__TASK INSTRUCTIONS__
Copy out all lines bearing the word "first" from the listing below.

*** SOURCE INFORMATION

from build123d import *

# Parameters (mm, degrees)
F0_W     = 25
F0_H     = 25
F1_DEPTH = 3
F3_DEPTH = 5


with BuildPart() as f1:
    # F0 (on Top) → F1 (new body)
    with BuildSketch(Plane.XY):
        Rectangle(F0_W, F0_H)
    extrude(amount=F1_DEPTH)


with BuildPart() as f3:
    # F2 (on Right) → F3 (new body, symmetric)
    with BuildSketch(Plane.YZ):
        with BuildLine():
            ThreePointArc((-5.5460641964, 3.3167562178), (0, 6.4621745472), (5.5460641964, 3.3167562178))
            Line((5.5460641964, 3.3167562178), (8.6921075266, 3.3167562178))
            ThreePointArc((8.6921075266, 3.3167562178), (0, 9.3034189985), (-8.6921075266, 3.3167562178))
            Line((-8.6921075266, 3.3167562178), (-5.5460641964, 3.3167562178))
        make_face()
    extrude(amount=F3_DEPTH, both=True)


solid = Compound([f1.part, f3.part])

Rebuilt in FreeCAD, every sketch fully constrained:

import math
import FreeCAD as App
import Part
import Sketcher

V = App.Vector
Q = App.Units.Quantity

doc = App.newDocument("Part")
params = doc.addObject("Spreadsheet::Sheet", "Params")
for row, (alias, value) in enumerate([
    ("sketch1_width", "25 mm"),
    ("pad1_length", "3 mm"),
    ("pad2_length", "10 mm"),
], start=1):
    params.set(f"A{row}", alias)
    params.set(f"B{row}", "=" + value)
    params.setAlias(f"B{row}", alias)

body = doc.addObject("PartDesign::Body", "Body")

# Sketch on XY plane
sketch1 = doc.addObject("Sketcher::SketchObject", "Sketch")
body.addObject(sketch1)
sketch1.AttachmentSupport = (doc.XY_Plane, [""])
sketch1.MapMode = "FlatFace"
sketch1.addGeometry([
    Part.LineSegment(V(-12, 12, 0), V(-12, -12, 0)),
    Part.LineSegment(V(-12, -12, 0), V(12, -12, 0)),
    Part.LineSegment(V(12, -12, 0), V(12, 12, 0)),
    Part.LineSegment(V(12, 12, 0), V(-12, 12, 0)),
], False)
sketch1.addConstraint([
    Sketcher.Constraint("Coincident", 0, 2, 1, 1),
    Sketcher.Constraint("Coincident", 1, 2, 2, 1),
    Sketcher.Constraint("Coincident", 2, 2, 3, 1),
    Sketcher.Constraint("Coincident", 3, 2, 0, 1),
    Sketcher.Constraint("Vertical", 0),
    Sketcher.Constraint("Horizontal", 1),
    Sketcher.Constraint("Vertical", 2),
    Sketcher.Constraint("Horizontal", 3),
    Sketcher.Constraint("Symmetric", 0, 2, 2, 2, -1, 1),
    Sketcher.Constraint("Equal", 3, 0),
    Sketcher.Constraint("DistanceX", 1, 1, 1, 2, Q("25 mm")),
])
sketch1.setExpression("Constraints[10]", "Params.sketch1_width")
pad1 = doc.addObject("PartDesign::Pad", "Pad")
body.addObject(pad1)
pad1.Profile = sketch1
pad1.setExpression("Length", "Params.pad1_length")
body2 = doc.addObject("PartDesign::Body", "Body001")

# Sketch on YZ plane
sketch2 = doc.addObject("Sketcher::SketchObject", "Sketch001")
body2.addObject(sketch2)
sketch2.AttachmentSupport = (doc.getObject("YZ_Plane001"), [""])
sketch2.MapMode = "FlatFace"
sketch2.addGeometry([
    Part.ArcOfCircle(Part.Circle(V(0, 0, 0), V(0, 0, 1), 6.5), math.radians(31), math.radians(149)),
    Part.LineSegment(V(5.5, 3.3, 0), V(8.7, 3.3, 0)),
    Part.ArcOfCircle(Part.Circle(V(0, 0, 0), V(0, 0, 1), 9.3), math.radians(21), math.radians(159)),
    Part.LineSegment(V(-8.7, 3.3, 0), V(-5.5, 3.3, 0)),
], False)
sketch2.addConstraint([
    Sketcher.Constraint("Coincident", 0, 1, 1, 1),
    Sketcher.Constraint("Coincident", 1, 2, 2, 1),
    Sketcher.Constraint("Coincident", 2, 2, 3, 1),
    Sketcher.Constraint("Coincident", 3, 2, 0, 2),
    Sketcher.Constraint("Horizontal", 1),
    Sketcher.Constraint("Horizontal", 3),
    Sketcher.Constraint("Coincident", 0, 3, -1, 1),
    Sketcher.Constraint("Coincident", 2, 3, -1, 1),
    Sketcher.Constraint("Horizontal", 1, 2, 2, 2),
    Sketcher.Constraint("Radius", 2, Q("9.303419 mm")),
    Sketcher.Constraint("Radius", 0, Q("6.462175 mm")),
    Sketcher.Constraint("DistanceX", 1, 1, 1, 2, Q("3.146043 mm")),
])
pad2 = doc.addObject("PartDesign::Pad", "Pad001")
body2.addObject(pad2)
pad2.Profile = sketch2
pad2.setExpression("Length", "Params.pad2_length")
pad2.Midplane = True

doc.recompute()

******
*** SOURCE INFORMATION

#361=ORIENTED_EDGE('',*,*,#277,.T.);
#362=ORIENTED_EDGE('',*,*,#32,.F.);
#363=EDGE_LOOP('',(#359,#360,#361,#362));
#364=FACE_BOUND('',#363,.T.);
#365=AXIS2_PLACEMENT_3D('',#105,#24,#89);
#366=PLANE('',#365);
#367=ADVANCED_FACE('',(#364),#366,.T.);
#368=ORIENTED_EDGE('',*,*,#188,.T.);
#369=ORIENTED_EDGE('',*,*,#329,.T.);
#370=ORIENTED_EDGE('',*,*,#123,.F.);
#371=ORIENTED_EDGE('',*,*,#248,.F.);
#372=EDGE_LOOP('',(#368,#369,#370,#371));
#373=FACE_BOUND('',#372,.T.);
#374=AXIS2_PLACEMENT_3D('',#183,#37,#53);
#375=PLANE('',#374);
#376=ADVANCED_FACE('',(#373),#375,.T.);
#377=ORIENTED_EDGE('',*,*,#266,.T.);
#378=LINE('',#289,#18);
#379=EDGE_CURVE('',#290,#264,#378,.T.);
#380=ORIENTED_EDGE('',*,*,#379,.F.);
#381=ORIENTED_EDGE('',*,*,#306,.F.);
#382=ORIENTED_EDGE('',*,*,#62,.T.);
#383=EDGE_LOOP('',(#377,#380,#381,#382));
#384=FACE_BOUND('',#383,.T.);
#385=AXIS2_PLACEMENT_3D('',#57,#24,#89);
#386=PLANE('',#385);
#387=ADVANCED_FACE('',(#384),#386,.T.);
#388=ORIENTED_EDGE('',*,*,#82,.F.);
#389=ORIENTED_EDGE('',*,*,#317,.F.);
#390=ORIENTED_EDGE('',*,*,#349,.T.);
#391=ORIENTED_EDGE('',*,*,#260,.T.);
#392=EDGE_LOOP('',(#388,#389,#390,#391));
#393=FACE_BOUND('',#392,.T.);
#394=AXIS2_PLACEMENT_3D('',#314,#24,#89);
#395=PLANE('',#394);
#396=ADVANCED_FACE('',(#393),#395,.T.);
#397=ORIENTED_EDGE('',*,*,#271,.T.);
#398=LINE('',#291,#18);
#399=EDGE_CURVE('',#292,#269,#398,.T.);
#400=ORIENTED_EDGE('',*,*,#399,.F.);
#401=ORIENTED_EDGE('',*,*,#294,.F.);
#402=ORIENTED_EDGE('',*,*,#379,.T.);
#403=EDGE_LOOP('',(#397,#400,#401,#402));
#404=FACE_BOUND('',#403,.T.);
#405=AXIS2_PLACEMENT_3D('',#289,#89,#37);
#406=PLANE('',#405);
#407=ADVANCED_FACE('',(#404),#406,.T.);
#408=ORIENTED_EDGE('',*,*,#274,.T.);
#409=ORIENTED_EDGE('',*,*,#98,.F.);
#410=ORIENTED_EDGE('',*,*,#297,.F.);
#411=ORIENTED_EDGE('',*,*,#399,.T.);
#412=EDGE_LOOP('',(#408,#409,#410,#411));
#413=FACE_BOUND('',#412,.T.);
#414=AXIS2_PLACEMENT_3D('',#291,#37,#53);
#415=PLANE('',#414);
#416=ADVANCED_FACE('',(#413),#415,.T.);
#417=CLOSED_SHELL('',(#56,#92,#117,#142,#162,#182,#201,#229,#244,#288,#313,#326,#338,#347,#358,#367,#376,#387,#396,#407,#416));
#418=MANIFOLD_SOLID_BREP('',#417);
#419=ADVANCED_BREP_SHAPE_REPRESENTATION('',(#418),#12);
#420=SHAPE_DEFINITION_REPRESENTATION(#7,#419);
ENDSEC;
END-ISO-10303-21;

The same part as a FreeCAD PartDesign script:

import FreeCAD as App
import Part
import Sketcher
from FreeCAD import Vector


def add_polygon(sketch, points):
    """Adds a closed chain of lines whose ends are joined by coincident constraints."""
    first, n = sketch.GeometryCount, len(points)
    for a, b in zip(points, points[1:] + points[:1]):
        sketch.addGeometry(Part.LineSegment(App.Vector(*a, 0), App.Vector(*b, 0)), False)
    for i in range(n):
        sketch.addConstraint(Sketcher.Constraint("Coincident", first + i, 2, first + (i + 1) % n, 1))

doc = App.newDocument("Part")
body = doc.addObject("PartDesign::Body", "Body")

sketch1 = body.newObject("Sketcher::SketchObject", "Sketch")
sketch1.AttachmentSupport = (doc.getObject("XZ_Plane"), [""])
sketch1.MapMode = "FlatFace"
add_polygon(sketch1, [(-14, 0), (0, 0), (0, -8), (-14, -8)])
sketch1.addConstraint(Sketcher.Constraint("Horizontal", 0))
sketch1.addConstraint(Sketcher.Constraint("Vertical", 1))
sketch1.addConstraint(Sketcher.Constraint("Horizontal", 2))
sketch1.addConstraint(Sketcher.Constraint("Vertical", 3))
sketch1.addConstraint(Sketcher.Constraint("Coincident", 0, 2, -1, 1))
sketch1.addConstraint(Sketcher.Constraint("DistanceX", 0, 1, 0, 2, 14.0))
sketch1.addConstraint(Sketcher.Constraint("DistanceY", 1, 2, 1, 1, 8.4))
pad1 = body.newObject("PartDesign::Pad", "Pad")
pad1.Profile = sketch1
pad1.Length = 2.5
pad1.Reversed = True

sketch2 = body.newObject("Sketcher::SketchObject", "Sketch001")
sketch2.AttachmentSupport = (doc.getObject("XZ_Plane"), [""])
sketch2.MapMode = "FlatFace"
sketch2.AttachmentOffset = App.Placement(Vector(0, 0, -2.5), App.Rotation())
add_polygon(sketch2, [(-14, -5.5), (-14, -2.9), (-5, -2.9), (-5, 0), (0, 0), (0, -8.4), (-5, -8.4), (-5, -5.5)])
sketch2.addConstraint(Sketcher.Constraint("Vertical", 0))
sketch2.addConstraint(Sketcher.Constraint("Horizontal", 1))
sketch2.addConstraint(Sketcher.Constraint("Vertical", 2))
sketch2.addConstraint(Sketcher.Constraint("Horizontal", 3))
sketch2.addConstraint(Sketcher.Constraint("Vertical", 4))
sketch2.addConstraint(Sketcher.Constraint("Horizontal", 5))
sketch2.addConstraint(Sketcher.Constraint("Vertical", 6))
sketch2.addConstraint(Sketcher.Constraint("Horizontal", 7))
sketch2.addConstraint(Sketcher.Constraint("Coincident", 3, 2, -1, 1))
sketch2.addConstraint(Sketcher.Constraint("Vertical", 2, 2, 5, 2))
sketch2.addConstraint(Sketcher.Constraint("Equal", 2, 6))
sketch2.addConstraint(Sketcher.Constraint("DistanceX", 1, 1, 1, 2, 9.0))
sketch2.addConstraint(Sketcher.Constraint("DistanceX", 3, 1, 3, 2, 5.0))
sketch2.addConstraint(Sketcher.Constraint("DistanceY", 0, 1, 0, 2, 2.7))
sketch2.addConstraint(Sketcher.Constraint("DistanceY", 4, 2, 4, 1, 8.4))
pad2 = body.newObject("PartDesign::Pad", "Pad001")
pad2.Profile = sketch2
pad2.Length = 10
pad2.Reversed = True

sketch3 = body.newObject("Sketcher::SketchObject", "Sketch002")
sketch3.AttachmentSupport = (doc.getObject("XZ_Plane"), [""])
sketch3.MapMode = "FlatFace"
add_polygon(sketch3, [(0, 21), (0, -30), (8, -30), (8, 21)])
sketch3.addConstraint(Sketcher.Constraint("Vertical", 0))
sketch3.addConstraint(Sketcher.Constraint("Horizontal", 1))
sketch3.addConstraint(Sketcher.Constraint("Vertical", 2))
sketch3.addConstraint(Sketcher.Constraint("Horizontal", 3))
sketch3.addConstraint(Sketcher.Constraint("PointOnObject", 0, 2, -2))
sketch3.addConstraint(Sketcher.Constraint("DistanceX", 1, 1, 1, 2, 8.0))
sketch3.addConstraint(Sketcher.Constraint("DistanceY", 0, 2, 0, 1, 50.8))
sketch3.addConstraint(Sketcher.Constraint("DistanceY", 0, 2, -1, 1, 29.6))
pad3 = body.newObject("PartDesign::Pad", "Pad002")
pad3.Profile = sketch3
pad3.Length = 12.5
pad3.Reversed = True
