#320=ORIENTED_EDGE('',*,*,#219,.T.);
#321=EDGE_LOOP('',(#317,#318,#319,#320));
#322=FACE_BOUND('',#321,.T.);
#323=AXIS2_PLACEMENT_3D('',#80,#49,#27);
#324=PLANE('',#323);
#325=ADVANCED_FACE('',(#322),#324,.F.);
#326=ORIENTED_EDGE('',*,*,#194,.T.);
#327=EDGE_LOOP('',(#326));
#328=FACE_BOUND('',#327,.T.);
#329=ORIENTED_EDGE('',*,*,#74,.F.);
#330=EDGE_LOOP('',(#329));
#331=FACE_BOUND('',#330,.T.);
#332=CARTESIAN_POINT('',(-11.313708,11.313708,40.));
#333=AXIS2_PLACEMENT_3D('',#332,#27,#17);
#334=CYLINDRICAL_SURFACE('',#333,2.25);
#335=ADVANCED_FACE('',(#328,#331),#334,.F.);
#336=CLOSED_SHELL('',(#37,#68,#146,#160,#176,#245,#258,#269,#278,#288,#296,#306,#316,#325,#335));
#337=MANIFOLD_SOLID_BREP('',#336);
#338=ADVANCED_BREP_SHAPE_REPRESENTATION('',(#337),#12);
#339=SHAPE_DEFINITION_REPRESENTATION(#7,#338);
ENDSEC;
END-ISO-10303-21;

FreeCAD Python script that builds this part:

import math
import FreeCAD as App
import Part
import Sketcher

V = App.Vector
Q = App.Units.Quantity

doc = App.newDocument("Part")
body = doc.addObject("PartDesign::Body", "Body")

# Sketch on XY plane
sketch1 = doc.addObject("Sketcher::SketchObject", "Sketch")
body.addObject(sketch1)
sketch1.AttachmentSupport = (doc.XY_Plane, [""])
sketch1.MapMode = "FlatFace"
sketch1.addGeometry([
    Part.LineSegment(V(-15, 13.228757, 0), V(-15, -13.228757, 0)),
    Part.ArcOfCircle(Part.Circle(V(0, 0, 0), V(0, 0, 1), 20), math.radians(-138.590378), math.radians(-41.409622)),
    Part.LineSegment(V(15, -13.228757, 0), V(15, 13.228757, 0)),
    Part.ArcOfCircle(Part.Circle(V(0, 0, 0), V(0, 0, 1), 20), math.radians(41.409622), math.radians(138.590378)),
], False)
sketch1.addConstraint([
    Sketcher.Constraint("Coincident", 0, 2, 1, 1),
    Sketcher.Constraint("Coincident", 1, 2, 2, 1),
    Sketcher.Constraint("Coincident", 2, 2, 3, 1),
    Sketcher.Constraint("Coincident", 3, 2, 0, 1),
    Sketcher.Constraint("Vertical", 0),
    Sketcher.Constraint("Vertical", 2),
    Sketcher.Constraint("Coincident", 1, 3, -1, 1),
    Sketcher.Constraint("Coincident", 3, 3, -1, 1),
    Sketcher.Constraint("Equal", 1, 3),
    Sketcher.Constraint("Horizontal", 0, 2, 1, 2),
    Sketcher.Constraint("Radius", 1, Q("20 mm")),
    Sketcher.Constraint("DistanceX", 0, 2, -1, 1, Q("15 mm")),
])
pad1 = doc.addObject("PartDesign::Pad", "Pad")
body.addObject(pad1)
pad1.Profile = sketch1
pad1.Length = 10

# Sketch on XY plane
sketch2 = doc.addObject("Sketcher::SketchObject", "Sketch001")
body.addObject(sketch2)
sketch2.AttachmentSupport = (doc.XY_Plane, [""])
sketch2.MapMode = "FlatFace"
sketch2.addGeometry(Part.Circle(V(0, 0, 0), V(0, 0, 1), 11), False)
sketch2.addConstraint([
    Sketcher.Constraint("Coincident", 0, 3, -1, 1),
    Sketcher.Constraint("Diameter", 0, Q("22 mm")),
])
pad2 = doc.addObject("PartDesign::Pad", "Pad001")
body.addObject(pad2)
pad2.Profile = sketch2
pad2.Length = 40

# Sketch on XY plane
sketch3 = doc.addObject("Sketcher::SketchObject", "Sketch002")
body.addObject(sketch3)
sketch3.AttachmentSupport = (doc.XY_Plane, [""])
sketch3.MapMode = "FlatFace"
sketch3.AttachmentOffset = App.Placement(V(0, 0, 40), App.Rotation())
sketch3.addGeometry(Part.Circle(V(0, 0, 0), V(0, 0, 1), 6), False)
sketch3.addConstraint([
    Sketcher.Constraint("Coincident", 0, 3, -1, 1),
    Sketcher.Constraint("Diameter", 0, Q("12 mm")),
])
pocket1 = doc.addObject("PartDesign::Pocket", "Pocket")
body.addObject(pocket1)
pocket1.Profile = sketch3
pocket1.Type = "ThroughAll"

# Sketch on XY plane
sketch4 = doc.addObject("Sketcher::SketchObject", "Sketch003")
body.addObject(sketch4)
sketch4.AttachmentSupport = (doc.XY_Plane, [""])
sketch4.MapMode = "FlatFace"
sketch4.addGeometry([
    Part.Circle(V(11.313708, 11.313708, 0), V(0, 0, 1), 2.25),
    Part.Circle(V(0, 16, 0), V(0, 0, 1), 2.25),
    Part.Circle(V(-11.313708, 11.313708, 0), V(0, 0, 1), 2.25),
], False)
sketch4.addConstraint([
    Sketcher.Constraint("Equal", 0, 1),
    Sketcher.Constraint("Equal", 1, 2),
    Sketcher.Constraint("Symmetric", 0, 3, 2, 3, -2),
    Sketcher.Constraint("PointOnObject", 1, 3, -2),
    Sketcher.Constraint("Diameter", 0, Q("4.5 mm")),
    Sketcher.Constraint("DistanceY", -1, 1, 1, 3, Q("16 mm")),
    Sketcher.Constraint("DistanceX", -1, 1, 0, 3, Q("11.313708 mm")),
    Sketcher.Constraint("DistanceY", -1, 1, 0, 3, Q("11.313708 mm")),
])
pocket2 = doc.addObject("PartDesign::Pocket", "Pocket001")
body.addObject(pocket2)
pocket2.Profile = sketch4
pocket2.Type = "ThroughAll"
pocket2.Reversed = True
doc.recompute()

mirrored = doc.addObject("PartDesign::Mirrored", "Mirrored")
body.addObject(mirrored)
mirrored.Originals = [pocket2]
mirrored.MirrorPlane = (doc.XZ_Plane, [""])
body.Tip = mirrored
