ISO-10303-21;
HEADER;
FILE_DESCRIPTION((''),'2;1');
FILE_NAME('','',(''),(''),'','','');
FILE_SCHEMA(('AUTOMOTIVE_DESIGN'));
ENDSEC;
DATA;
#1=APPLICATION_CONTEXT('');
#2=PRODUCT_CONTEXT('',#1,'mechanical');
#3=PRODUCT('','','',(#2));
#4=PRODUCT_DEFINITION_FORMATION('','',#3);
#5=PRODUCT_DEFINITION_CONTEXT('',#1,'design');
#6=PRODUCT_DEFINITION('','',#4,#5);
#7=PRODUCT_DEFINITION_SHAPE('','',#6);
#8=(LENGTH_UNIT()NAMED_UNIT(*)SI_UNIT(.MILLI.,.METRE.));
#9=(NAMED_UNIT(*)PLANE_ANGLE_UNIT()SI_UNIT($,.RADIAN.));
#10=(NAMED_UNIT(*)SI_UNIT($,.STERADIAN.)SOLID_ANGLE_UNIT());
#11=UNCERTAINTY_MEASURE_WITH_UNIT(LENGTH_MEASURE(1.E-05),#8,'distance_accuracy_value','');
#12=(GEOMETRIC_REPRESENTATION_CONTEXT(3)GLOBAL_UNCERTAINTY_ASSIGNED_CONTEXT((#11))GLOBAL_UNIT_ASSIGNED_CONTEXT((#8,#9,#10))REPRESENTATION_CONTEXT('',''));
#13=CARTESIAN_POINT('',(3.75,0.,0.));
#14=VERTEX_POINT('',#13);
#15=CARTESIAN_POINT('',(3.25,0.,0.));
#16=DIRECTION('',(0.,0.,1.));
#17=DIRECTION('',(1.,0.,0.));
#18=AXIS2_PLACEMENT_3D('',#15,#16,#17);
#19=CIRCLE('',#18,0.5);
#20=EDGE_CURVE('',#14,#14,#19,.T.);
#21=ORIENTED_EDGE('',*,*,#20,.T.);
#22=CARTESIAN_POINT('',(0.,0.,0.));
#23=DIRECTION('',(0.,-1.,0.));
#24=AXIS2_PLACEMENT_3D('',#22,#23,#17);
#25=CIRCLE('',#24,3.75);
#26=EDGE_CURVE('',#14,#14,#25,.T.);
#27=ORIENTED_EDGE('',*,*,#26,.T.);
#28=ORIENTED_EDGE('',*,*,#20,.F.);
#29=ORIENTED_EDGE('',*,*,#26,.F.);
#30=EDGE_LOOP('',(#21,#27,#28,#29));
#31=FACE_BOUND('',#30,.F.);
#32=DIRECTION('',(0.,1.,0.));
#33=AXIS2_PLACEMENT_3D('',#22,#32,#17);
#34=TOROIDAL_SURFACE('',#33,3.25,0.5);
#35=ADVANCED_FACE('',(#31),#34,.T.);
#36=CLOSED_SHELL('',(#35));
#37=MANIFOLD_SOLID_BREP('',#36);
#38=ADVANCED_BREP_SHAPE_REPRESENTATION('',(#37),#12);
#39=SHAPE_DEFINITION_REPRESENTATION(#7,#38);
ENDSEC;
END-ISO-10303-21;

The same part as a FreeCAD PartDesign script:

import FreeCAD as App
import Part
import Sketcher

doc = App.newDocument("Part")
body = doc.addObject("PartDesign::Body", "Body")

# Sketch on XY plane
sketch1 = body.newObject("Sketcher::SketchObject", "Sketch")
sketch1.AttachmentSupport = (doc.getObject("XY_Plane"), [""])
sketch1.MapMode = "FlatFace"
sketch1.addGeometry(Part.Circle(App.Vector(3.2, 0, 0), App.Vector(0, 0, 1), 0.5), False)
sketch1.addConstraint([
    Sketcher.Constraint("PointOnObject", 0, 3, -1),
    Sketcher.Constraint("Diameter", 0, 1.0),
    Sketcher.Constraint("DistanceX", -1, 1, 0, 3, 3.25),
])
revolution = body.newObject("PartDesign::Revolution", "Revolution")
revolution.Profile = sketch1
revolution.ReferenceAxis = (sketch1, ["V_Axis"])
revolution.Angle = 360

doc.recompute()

******

__RESPONSE TO THIS TASK__
    first, n = sketch.GeometryCount, len(points)
        sketch.addConstraint(Sketcher.Constraint("Coincident", first + i, 2, first + (i + 1) % n, 1))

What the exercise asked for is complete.